▶ _What to work on_:
Among the records that follow, find the line with "#140=FACE_BOUND('',#139,.T.);" and the line with "#158=ORIENTED_EDGE('',*,*,#157,.F.);". Set down those lines and all lines between them exactly, without adding anything.

▶ _Collected data entries_:
■ ■ ■ ■
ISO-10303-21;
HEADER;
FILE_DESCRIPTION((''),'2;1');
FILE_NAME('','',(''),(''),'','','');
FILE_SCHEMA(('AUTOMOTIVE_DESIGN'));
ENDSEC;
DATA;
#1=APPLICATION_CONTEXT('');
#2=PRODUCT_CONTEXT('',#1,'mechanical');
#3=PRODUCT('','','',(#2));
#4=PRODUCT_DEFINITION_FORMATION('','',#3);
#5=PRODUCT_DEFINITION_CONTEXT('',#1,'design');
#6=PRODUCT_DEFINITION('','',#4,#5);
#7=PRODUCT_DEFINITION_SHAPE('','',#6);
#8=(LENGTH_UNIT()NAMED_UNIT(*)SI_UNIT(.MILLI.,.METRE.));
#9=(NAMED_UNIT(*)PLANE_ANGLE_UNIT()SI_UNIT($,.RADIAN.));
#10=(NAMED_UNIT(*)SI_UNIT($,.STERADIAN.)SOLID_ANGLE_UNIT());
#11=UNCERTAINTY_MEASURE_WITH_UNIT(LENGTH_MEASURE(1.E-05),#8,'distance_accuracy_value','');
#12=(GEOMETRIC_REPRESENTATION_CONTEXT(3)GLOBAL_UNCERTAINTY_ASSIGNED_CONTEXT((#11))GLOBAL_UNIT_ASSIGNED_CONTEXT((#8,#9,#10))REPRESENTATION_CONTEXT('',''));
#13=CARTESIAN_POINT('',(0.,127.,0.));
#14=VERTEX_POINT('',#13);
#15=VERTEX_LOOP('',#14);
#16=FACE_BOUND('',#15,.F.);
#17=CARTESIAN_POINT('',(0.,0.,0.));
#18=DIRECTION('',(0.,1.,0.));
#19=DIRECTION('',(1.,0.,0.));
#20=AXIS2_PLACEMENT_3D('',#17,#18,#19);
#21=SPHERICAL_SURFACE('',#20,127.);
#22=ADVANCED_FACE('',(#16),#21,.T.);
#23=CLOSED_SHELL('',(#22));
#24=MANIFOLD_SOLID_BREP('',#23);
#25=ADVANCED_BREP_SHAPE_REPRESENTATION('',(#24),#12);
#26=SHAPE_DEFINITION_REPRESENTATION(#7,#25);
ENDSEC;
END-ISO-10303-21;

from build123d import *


with BuildPart() as part:
    # Sketch1 → Revolve1 (revolve)
    with BuildSketch(Plane.XY):
        with BuildLine():
            Line((0, 127), (0, -127))
            ThreePointArc((0, -127), (127, 0), (0, 127))
        make_face()
    revolve(axis=Axis((0, 127, 0), (0, -1, 0)))


solid = part.part
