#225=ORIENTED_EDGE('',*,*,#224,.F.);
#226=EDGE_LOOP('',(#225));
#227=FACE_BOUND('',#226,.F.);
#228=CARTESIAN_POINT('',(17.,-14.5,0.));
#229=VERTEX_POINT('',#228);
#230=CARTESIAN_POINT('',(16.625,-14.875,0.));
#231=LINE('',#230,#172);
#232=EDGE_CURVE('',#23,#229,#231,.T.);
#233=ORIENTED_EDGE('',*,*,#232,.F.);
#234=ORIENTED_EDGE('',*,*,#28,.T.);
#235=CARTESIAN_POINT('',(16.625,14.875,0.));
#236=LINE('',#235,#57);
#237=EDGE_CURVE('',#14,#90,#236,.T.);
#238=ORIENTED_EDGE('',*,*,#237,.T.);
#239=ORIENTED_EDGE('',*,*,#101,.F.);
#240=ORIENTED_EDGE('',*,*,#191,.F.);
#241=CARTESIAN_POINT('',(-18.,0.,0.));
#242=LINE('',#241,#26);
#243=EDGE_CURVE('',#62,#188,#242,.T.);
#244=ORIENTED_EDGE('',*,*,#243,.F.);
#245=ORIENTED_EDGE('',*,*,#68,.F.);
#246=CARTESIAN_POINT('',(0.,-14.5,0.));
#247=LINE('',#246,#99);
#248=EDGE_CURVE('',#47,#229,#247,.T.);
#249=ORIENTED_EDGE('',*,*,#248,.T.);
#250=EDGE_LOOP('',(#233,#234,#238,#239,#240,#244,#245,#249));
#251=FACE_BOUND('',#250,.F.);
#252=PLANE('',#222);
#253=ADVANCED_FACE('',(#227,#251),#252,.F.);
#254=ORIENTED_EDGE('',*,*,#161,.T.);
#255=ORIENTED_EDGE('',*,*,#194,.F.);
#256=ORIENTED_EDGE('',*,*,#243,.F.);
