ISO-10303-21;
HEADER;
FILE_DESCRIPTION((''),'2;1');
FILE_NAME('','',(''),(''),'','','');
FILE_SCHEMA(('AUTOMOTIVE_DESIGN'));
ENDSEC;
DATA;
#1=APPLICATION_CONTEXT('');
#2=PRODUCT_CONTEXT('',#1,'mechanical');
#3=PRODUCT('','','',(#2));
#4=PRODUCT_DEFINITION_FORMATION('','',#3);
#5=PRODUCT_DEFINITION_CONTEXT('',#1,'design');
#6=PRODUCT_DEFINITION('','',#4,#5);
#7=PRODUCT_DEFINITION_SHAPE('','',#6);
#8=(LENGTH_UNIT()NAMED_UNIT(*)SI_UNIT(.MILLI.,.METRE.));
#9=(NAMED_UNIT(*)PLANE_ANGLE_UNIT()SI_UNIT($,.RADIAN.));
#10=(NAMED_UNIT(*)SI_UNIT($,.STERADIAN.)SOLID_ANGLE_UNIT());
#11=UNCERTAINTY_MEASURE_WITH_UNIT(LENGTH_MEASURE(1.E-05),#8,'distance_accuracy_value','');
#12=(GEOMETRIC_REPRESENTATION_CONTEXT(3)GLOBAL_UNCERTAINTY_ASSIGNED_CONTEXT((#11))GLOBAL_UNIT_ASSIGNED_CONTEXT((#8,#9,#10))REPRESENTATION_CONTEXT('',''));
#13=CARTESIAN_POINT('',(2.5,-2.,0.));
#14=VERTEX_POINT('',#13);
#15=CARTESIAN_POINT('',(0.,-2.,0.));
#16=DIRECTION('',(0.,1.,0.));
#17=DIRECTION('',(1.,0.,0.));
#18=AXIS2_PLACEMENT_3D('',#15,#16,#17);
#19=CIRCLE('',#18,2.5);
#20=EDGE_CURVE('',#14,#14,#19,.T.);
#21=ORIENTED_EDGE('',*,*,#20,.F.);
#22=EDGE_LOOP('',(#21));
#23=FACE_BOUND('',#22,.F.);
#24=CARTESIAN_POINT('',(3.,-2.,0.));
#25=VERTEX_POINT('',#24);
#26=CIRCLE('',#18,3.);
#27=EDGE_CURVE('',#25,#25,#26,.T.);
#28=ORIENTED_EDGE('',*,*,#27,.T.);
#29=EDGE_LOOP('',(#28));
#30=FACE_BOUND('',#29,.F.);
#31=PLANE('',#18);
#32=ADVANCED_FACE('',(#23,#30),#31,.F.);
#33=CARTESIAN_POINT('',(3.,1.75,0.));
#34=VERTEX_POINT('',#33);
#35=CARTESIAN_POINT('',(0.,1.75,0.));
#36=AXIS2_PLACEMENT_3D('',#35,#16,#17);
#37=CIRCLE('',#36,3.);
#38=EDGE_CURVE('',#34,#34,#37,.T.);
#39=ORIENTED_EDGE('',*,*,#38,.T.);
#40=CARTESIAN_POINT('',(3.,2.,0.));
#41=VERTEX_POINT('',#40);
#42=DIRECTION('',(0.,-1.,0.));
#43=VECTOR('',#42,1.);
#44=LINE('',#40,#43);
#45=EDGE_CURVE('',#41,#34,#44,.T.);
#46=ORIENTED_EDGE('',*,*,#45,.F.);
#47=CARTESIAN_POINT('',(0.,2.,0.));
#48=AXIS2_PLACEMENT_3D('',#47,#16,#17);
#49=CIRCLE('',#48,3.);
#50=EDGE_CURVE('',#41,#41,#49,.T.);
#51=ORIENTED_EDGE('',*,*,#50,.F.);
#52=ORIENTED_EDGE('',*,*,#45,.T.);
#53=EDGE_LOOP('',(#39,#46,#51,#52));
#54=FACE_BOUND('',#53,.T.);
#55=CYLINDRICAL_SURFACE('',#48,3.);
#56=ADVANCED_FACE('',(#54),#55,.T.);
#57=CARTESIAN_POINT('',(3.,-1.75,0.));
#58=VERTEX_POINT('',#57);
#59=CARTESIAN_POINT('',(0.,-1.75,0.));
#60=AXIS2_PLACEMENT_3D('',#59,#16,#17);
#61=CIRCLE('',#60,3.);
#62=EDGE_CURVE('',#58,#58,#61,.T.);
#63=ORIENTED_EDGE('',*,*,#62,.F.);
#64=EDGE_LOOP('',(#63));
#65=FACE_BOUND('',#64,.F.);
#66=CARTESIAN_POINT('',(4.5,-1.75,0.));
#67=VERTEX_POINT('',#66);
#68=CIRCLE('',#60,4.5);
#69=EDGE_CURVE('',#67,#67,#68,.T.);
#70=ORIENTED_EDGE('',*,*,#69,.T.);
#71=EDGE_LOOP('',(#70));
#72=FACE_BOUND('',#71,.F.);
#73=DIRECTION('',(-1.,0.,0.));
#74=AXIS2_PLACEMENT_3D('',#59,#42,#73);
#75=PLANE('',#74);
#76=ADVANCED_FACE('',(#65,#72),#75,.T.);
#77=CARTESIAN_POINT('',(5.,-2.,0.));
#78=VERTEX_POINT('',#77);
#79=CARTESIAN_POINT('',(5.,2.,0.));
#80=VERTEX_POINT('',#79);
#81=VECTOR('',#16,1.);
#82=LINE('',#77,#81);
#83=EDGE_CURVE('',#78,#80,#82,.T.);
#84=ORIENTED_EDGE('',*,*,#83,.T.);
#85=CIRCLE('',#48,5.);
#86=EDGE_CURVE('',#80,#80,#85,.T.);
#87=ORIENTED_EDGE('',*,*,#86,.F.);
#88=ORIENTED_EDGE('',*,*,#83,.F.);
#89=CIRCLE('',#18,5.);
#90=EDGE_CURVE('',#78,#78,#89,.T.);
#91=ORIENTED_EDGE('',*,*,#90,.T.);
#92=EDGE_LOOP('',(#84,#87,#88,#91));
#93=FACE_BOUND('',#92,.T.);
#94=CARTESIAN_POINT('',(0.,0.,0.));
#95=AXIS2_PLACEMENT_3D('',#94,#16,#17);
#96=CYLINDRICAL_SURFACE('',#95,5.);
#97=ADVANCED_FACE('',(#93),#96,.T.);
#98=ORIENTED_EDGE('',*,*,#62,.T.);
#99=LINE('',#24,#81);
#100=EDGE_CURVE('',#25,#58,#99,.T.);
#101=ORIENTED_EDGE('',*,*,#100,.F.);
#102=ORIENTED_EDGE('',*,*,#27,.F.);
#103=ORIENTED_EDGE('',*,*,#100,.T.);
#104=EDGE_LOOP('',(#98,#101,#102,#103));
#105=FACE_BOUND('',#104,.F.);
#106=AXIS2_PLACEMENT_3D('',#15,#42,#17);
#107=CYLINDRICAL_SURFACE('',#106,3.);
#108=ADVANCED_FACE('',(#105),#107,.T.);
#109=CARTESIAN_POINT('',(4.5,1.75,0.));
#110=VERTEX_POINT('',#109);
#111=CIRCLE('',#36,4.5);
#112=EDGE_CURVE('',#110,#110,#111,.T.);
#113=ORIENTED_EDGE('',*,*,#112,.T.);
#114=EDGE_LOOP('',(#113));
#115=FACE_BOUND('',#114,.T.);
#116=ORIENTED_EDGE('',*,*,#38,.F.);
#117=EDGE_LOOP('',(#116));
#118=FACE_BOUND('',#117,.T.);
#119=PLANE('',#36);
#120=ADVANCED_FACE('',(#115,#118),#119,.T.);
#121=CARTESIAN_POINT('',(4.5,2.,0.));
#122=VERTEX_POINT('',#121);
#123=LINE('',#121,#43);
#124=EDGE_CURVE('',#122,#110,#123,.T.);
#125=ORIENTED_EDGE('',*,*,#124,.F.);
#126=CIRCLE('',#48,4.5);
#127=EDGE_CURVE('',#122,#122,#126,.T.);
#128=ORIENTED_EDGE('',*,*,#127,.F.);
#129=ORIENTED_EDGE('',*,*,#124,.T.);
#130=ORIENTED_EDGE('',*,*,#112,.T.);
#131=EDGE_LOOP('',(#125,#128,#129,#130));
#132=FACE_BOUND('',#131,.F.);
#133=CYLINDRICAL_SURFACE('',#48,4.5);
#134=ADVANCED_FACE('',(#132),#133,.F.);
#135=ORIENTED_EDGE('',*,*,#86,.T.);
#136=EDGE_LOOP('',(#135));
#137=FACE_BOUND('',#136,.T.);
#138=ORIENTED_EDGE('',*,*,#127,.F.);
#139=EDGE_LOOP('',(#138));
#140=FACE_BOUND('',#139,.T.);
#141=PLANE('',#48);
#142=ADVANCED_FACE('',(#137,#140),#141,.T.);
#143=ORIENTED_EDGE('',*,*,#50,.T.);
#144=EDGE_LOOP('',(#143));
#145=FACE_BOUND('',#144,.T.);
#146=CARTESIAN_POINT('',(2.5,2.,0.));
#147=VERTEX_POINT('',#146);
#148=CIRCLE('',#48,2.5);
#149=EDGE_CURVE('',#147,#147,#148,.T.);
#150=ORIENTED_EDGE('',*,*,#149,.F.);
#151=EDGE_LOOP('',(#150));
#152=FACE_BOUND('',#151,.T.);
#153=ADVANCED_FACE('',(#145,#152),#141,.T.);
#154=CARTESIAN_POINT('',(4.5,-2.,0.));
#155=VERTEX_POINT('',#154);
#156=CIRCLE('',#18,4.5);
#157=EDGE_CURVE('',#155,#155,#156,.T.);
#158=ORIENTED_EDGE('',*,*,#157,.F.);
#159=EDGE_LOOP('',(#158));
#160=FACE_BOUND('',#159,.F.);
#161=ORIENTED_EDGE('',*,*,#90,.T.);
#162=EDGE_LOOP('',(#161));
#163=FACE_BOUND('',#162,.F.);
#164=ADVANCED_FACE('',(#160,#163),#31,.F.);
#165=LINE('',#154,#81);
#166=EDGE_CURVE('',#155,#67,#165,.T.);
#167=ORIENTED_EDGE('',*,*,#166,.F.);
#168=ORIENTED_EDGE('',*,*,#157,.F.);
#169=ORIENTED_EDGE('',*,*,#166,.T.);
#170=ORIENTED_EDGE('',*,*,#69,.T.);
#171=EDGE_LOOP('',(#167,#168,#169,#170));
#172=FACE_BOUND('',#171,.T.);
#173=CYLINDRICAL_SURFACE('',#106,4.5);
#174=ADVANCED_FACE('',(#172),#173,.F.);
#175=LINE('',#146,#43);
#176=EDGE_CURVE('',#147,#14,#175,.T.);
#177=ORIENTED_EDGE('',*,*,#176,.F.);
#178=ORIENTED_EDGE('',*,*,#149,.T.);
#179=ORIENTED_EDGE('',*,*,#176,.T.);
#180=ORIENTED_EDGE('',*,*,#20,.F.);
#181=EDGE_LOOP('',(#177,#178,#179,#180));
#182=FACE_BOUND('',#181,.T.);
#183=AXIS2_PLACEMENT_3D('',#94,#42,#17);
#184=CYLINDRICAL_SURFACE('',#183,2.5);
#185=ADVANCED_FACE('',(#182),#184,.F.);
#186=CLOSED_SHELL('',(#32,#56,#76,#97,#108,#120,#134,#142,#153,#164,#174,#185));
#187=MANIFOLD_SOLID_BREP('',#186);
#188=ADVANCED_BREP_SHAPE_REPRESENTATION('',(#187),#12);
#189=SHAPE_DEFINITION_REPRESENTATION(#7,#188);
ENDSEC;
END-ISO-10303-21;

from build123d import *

# Parameters (mm, degrees)
SKETCH1_R           = 5
SKETCH1_R_2         = 2.5
BOSS_EXTRUDE1_DEPTH = 2
SKETCH2_R           = 4.5
SKETCH2_R_2         = 3
CUT_EXTRUDE1_DEPTH  = 0.25


with BuildPart() as part:
    # Sketch1 → Boss-Extrude1 (new body, symmetric)
    with BuildSketch(Plane(origin=(0, 0, 0), x_dir=(1, 0, 0), z_dir=(0, 1, 0))):
        Circle(SKETCH1_R)
        Circle(SKETCH1_R_2, mode=Mode.SUBTRACT)
    extrude(amount=BOSS_EXTRUDE1_DEPTH, both=True)

    # Sketch2 → Cut-Extrude1 (cut)
    with BuildSketch(Plane(origin=(0, 2, 0), x_dir=(1, 0, 0), z_dir=(0, 1, 0))):
        Circle(SKETCH2_R)
        Circle(SKETCH2_R_2, mode=Mode.SUBTRACT)
    cut_extrude1 = extrude(amount=-CUT_EXTRUDE1_DEPTH, mode=Mode.SUBTRACT)

    # Mirror1: Cut-Extrude1 across plane
    add(cut_extrude1.mirror(Plane.ZX), mode=Mode.SUBTRACT)


solid = part.part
■ ■ ■ ■
▶ _Solution to this problem_:
#140=FACE_BOUND('',#139,.T.);
#141=PLANE('',#48);
#142=ADVANCED_FACE('',(#137,#140),#141,.T.);
#143=ORIENTED_EDGE('',*,*,#50,.T.);
#144=EDGE_LOOP('',(#143));
#145=FACE_BOUND('',#144,.T.);
#146=CARTESIAN_POINT('',(2.5,2.,0.));
#147=VERTEX_POINT('',#146);
#148=CIRCLE('',#48,2.5);
#149=EDGE_CURVE('',#147,#147,#148,.T.);
#150=ORIENTED_EDGE('',*,*,#149,.F.);
#151=EDGE_LOOP('',(#150));
#152=FACE_BOUND('',#151,.T.);
#153=ADVANCED_FACE('',(#145,#152),#141,.T.);
#154=CARTESIAN_POINT('',(4.5,-2.,0.));
#155=VERTEX_POINT('',#154);
#156=CIRCLE('',#18,4.5);
#157=EDGE_CURVE('',#155,#155,#156,.T.);
#158=ORIENTED_EDGE('',*,*,#157,.F.);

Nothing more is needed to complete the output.